Collected data:

________

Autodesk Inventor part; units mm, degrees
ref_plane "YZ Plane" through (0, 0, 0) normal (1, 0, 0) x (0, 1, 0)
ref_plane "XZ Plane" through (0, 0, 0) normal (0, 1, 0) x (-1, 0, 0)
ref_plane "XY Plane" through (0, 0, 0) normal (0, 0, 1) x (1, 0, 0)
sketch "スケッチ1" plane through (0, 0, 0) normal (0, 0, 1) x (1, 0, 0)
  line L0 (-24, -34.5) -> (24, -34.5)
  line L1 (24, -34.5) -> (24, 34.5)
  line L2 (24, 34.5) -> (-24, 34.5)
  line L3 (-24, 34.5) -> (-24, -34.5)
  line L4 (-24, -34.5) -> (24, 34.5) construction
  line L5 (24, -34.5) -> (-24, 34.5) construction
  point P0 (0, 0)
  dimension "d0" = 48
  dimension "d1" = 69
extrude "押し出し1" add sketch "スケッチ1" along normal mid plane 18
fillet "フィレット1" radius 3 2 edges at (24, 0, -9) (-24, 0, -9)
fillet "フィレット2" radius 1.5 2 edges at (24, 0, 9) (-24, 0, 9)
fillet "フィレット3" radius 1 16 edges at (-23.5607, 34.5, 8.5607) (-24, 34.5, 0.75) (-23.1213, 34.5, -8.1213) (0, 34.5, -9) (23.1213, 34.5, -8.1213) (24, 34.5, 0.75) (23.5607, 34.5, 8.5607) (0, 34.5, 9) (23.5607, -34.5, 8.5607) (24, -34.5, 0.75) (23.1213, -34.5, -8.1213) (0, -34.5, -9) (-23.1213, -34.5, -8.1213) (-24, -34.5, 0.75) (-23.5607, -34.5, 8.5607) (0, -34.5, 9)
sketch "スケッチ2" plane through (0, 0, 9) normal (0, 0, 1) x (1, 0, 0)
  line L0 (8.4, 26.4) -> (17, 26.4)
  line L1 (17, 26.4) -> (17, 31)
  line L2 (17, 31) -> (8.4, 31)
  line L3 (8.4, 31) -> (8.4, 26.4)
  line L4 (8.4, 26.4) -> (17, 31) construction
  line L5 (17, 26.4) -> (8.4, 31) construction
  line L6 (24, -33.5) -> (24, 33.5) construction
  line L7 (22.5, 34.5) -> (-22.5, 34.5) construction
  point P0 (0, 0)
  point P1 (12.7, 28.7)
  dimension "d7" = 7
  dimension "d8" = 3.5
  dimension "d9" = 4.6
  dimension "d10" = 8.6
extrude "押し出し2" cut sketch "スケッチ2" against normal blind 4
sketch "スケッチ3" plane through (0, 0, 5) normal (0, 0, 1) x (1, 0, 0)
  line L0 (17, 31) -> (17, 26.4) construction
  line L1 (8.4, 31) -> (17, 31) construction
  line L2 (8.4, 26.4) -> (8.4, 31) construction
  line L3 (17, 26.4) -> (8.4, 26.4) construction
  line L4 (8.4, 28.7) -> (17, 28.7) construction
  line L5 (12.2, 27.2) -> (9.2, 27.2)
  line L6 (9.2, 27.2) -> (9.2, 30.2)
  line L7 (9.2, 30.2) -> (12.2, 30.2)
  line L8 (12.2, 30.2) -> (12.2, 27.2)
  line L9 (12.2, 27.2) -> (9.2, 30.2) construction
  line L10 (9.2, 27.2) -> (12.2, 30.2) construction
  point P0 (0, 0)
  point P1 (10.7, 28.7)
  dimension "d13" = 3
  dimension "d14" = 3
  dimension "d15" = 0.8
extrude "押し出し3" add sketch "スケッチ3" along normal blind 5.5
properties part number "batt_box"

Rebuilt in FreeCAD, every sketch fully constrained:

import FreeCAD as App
import Part
import Sketcher


def edges_at(feature, points):
    """Names of the edges that pass closest to the given points."""
    edges = feature.Shape.Edges
    near = lambda p: min(range(len(edges)), key=lambda i: edges[i].distToShape(Part.Vertex(*p))[0])
    return sorted({f"Edge{near(p) + 1}" for p in points})


def add_polygon(sketch, points):
    """Adds a closed chain of lines whose ends are joined by coincident constraints."""
    first, n = sketch.GeometryCount, len(points)
    for a, b in zip(points, points[1:] + points[:1]):
        sketch.addGeometry(Part.LineSegment(App.Vector(*a, 0), App.Vector(*b, 0)), False)
    for i in range(n):
        sketch.addConstraint(Sketcher.Constraint("Coincident", first + i, 2, first + (i + 1) % n, 1))

doc = App.newDocument("Part")
body = doc.addObject("PartDesign::Body", "Body")

sketch1 = body.newObject("Sketcher::SketchObject", "Sketch")
sketch1.AttachmentSupport = (doc.getObject("XY_Plane"), [""])
sketch1.MapMode = "FlatFace"
add_polygon(sketch1, [(-24, 34.5), (-24, -34.5), (24, -34.5), (24, 34.5)])
sketch1.addConstraint(Sketcher.Constraint("Vertical", 0))
sketch1.addConstraint(Sketcher.Constraint("Horizontal", 1))
sketch1.addConstraint(Sketcher.Constraint("Vertical", 2))
sketch1.addConstraint(Sketcher.Constraint("Horizontal", 3))
sketch1.addConstraint(Sketcher.Constraint("Symmetric", 0, 2, 2, 2, -1, 1))
sketch1.addConstraint(Sketcher.Constraint("DistanceX", 1, 1, 1, 2, 48.0))
sketch1.addConstraint(Sketcher.Constraint("DistanceY", 0, 2, 0, 1, 69.0))
pad1 = body.newObject("PartDesign::Pad", "Pad")
pad1.Profile = sketch1
pad1.Length = 18
pad1.Midplane = True
doc.recompute()

fillet = body.newObject("PartDesign::Fillet", "Fillet")
fillet.Base = (pad1, edges_at(pad1, [(24, 0, -9), (-24, 0, -9)]))
fillet.Radius = 3
doc.recompute()

fillet2 = body.newObject("PartDesign::Fillet", "Fillet001")
fillet2.Base = (fillet, edges_at(fillet, [(24, 0, 9), (-24, 0, 9)]))
fillet2.Radius = 1.5
doc.recompute()

fillet3 = body.newObject("PartDesign::Fillet", "Fillet002")
fillet3.Base = (fillet2, edges_at(fillet2, [
    (-23.561, 34.5, 8.561),
    (-24, 34.5, 0.75),
    (-23.121, 34.5, -8.121),
    (0, 34.5, -9),
    (23.121, 34.5, -8.121),
    (24, 34.5, 0.75),
    (23.561, 34.5, 8.561),
    (0, 34.5, 9),
    (23.561, -34.5, 8.561),
    (24, -34.5, 0.75),
    (23.121, -34.5, -8.121),
    (0, -34.5, -9),
    (-23.121, -34.5, -8.121),
    (-24, -34.5, 0.75),
    (-23.561, -34.5, 8.561),
    (0, -34.5, 9),
]))
fillet3.Radius = 1

sketch2 = body.newObject("Sketcher::SketchObject", "Sketch001")
sketch2.AttachmentSupport = (doc.getObject("XY_Plane"), [""])
sketch2.MapMode = "FlatFace"
sketch2.AttachmentOffset = App.Placement(App.Vector(0, 0, 9), App.Rotation())
add_polygon(sketch2, [(8.4, 31), (8.4, 26.4), (17, 26.4), (17, 31)])
sketch2.addConstraint(Sketcher.Constraint("Vertical", 0))
sketch2.addConstraint(Sketcher.Constraint("Horizontal", 1))
sketch2.addConstraint(Sketcher.Constraint("Vertical", 2))
sketch2.addConstraint(Sketcher.Constraint("Horizontal", 3))
sketch2.addConstraint(Sketcher.Constraint("DistanceX", 1, 1, 1, 2, 8.6))
sketch2.addConstraint(Sketcher.Constraint("DistanceY", 0, 2, 0, 1, 4.6))
sketch2.addConstraint(Sketcher.Constraint("DistanceX", -1, 1, 1, 2, 17.0))
sketch2.addConstraint(Sketcher.Constraint("DistanceY", -1, 1, 2, 2, 31.0))
pocket1 = body.newObject("PartDesign::Pocket", "Pocket")
pocket1.Profile = sketch2
pocket1.Length = 4

sketch3 = body.newObject("Sketcher::SketchObject", "Sketch002")
sketch3.AttachmentSupport = (doc.getObject("XY_Plane"), [""])
sketch3.MapMode = "FlatFace"
sketch3.AttachmentOffset = App.Placement(App.Vector(0, 0, 5), App.Rotation())
add_polygon(sketch3, [(9.2, 27.2), (12.2, 27.2), (12.2, 30.2), (9.2, 30.2)])
sketch3.addConstraint(Sketcher.Constraint("Horizontal", 0))
sketch3.addConstraint(Sketcher.Constraint("Vertical", 1))
sketch3.addConstraint(Sketcher.Constraint("Horizontal", 2))
sketch3.addConstraint(Sketcher.Constraint("Vertical", 3))
sketch3.addConstraint(Sketcher.Constraint("Equal", 2, 1))
sketch3.addConstraint(Sketcher.Constraint("DistanceX", 0, 1, 0, 2, 3.0))
sketch3.addConstraint(Sketcher.Constraint("DistanceX", -1, 1, 0, 2, 12.2))
sketch3.addConstraint(Sketcher.Constraint("DistanceY", -1, 1, 0, 2, 27.2))
pad2 = body.newObject("PartDesign::Pad", "Pad001")
pad2.Profile = sketch3
pad2.Length = 5.5

doc.recompute()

________

WHAT TO DO: Return only the count of lines in the records that hold the word "through".

YOUR RESPONSE: 6